§ **AIM OF THE TASK**
From the data below, retype exactly the lines starting with the one that contains "# Sfazowanie3" and ending with the one that contains "The same part", both included.
Segment Start: LISTED RECORDS
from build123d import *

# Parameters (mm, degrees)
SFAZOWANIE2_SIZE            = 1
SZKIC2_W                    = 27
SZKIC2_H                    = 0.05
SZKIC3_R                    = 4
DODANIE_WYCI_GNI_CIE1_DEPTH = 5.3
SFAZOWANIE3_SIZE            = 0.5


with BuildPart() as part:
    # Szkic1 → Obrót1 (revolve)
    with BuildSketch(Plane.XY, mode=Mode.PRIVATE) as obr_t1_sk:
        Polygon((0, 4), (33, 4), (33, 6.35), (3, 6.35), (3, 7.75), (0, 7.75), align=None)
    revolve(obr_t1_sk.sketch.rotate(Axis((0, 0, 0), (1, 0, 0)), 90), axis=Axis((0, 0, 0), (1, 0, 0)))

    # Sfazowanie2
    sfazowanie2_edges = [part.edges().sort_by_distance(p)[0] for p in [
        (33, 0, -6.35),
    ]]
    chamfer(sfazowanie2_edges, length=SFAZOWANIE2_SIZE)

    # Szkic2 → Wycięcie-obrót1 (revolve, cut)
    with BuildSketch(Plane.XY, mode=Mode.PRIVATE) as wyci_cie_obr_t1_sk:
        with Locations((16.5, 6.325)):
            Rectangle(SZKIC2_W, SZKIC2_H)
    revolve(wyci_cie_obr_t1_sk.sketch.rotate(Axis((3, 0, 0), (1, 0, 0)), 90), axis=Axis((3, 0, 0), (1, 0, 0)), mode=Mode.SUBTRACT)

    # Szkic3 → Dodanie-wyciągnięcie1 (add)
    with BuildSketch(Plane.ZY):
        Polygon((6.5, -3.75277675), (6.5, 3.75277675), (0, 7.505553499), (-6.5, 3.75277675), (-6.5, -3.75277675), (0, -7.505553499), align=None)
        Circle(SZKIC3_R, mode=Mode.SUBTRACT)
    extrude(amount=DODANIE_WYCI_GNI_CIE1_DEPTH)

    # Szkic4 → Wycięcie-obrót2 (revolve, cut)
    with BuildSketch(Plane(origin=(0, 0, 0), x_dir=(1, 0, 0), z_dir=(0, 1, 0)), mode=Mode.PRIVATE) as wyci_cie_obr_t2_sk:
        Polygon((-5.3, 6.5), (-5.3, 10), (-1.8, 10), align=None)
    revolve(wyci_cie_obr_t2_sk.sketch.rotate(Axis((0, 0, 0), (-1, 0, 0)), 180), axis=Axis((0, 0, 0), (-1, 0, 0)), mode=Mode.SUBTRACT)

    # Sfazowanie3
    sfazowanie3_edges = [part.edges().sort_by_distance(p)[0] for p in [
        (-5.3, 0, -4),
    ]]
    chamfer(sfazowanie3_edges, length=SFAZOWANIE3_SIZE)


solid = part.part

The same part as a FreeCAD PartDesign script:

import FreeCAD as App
import Part
import Sketcher
Q = App.Units.Quantity


def edges_at(feature, points):
    """Names of the edges that pass closest to the given points."""
    edges = feature.Shape.Edges
    near = lambda p: min(range(len(edges)), key=lambda i: edges[i].distToShape(Part.Vertex(*p))[0])
    return sorted({f"Edge{near(p) + 1}" for p in points})


def add_polygon(sketch, points):
    """Adds a closed chain of lines whose ends are joined by coincident constraints."""
    first, n = sketch.GeometryCount, len(points)
    for a, b in zip(points, points[1:] + points[:1]):
        sketch.addGeometry(Part.LineSegment(App.Vector(*a, 0), App.Vector(*b, 0)), False)
    for i in range(n):
        sketch.addConstraint(Sketcher.Constraint("Coincident", first + i, 2, first + (i + 1) % n, 1))

doc = App.newDocument("Part")
params = doc.addObject("Spreadsheet::Sheet", "Params")
for row, (alias, value) in enumerate([
    ("sketch1_width", "33 mm"),
    ("sketch1_width2", "30 mm"),
    ("sketch1_height", "1.4 mm"),
    ("sketch1_height2", "2.35 mm"),
    ("revolution_angle", "360 deg"),
    ("chamfer_size", "1 mm"),
    ("sketch2_width", "27 mm"),
    ("sketch2_height", "0.05 mm"),
    ("groove_angle", "360 deg"),
    ("sketch3_diameter", "8 mm"),
    ("pad1_length", "5.3 mm"),
    ("sketch4_width", "3.5 mm"),
    ("groove2_angle", "360 deg"),
    ("chamfer2_size", "0.5 mm"),
], start=1):
    params.set(f"A{row}", alias)
    params.set(f"B{row}", "=" + value)
    params.setAlias(f"B{row}", alias)

body = doc.addObject("PartDesign::Body", "Body")

sketch1 = body.newObject("Sketcher::SketchObject", "Sketch")
sketch1.AttachmentSupport = (doc.getObject("XY_Plane"), [""])
sketch1.MapMode = "FlatFace"
add_polygon(sketch1, [(0, 4), (33, 4), (33, 6.3), (3, 6.3), (3, 7.8), (0, 7.8)])
sketch1.addConstraint([
    Sketcher.Constraint("Horizontal", 0),
    Sketcher.Constraint("Vertical", 1),
    Sketcher.Constraint("Horizontal", 2),
    Sketcher.Constraint("Vertical", 3),
    Sketcher.Constraint("Horizontal", 4),
    Sketcher.Constraint("Vertical", 5),
    Sketcher.Constraint("PointOnObject", 4, 2, -2),
    Sketcher.Constraint("DistanceX", 0, 1, 0, 2, Q("33 mm")),
    Sketcher.Constraint("DistanceX", 2, 2, 2, 1, Q("30 mm")),
    Sketcher.Constraint("DistanceY", 3, 1, 3, 2, Q("1.4 mm")),
    Sketcher.Constraint("DistanceY", -1, 1, 0, 2, Q("4 mm")),
    Sketcher.Constraint("DistanceY", 1, 1, 1, 2, Q("2.35 mm")),
])
sketch1.setExpression("Constraints[13]", "Params.sketch1_width")
sketch1.setExpression("Constraints[14]", "Params.sketch1_width2")
sketch1.setExpression("Constraints[15]", "Params.sketch1_height")
sketch1.setExpression("Constraints[17]", "Params.sketch1_height2")
revolution = body.newObject("PartDesign::Revolution", "Revolution")
revolution.Profile = sketch1
revolution.ReferenceAxis = (sketch1, ["H_Axis"])
revolution.setExpression("Angle", "Params.revolution_angle")
doc.recompute()

chamfer = body.newObject("PartDesign::Chamfer", "Chamfer")
chamfer.Base = (revolution, edges_at(revolution, [(33, 0, -6.35)]))
chamfer.setExpression("Size", "Params.chamfer_size")

sketch2 = body.newObject("Sketcher::SketchObject", "Sketch001")
sketch2.AttachmentSupport = (doc.getObject("XY_Plane"), [""])
sketch2.MapMode = "FlatFace"
add_polygon(sketch2, [(3, 6.35), (3, 6.3), (30, 6.3), (30, 6.35)])
sketch2.addConstraint([
    Sketcher.Constraint("Vertical", 0),
    Sketcher.Constraint("Horizontal", 1),
    Sketcher.Constraint("Vertical", 2),
    Sketcher.Constraint("Horizontal", 3),
    Sketcher.Constraint("DistanceX", 1, 1, 1, 2, Q("27 mm")),
    Sketcher.Constraint("DistanceX", -1, 1, 0, 2, Q("3 mm")),
    Sketcher.Constraint("DistanceY", 0, 2, 0, 1, Q("0.05 mm")),
    Sketcher.Constraint("DistanceY", -1, 1, 0, 2, Q("6.3 mm")),
])
sketch2.setExpression("Constraints[8]", "Params.sketch2_width")
sketch2.setExpression("Constraints[10]", "Params.sketch2_height")
groove = body.newObject("PartDesign::Groove", "Groove")
groove.Profile = sketch2
groove.ReferenceAxis = (sketch2, ["H_Axis"])
groove.setExpression("Angle", "Params.groove_angle")

sketch3 = body.newObject("Sketcher::SketchObject", "Sketch002")
sketch3.AttachmentSupport = (doc.getObject("YZ_Plane"), [""])
sketch3.MapMode = "FlatFace"
add_polygon(sketch3, [(-3.8, 6.5), (3.8, 6.5), (7.5, 0), (3.8, -6.5), (-3.8, -6.5), (-7.5, 0)])
sketch3.addGeometry(Part.Circle(App.Vector(0, 0, 0), App.Vector(0, 0, 1), 4), False)
sketch3.addConstraint([
    Sketcher.Constraint("Horizontal", 0),
    Sketcher.Constraint("Horizontal", 3),
    Sketcher.Constraint("Coincident", 6, 3, -1, 1),
    Sketcher.Constraint("Symmetric", 0, 2, 3, 2, -1, 1),
    Sketcher.Constraint("Symmetric", 1, 2, 4, 2, -1, 1),
    Sketcher.Constraint("PointOnObject", 1, 2, -1),
    Sketcher.Constraint("Parallel", 2, 5),
    Sketcher.Constraint("Vertical", 0, 2, 2, 2),
    Sketcher.Constraint("Diameter", 6, Q("8 mm")),
    Sketcher.Constraint("Angle", 1, Q("-60 deg")),
    Sketcher.Constraint("DistanceY", 2, 2, 0, 2, Q("13 mm")),
    Sketcher.Constraint("DistanceX", 0, 1, 0, 2, Q("7.505554 mm")),
])
sketch3.setExpression("Constraints[14]", "Params.sketch3_diameter")
pad1 = body.newObject("PartDesign::Pad", "Pad")
pad1.Profile = sketch3
pad1.setExpression("Length", "Params.pad1_length")
pad1.Reversed = True

sketch4 = body.newObject("Sketcher::SketchObject", "Sketch003")
sketch4.AttachmentSupport = (doc.getObject("XZ_Plane"), [""])
sketch4.MapMode = "FlatFace"
add_polygon(sketch4, [(-5.3, -10), (-5.3, -6.5), (-1.8, -10)])
sketch4.addConstraint([
    Sketcher.Constraint("Vertical", 0),
    Sketcher.Constraint("Horizontal", 2),
    Sketcher.Constraint("Equal", 2, 0),
    Sketcher.Constraint("DistanceX", 2, 2, 2, 1, Q("3.5 mm")),
    Sketcher.Constraint("DistanceY", 1, 2, -1, 1, Q("10 mm")),
    Sketcher.Constraint("DistanceX", 0, 2, -1, 1, Q("5.3 mm")),
])
sketch4.setExpression("Constraints[6]", "Params.sketch4_width")
groove2 = body.newObject("PartDesign::Groove", "Groove001")
groove2.Profile = sketch4
groove2.ReferenceAxis = (sketch4, ["H_Axis"])
groove2.setExpression("Angle", "Params.groove2_angle")
doc.recompute()

chamfer2 = body.newObject("PartDesign::Chamfer", "Chamfer001")
chamfer2.Base = (groove2, edges_at(groove2, [(-5.3, 0, -4)]))
chamfer2.setExpression("Size", "Params.chamfer2_size")

doc.recompute()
Segment End: LISTED RECORDS
§ **EXERCISE ANSWER**
    # Sfazowanie3
    sfazowanie3_edges = [part.edges().sort_by_distance(p)[0] for p in [
        (-5.3, 0, -4),
    ]]
    chamfer(sfazowanie3_edges, length=SFAZOWANIE3_SIZE)


solid = part.part

The same part as a FreeCAD PartDesign script:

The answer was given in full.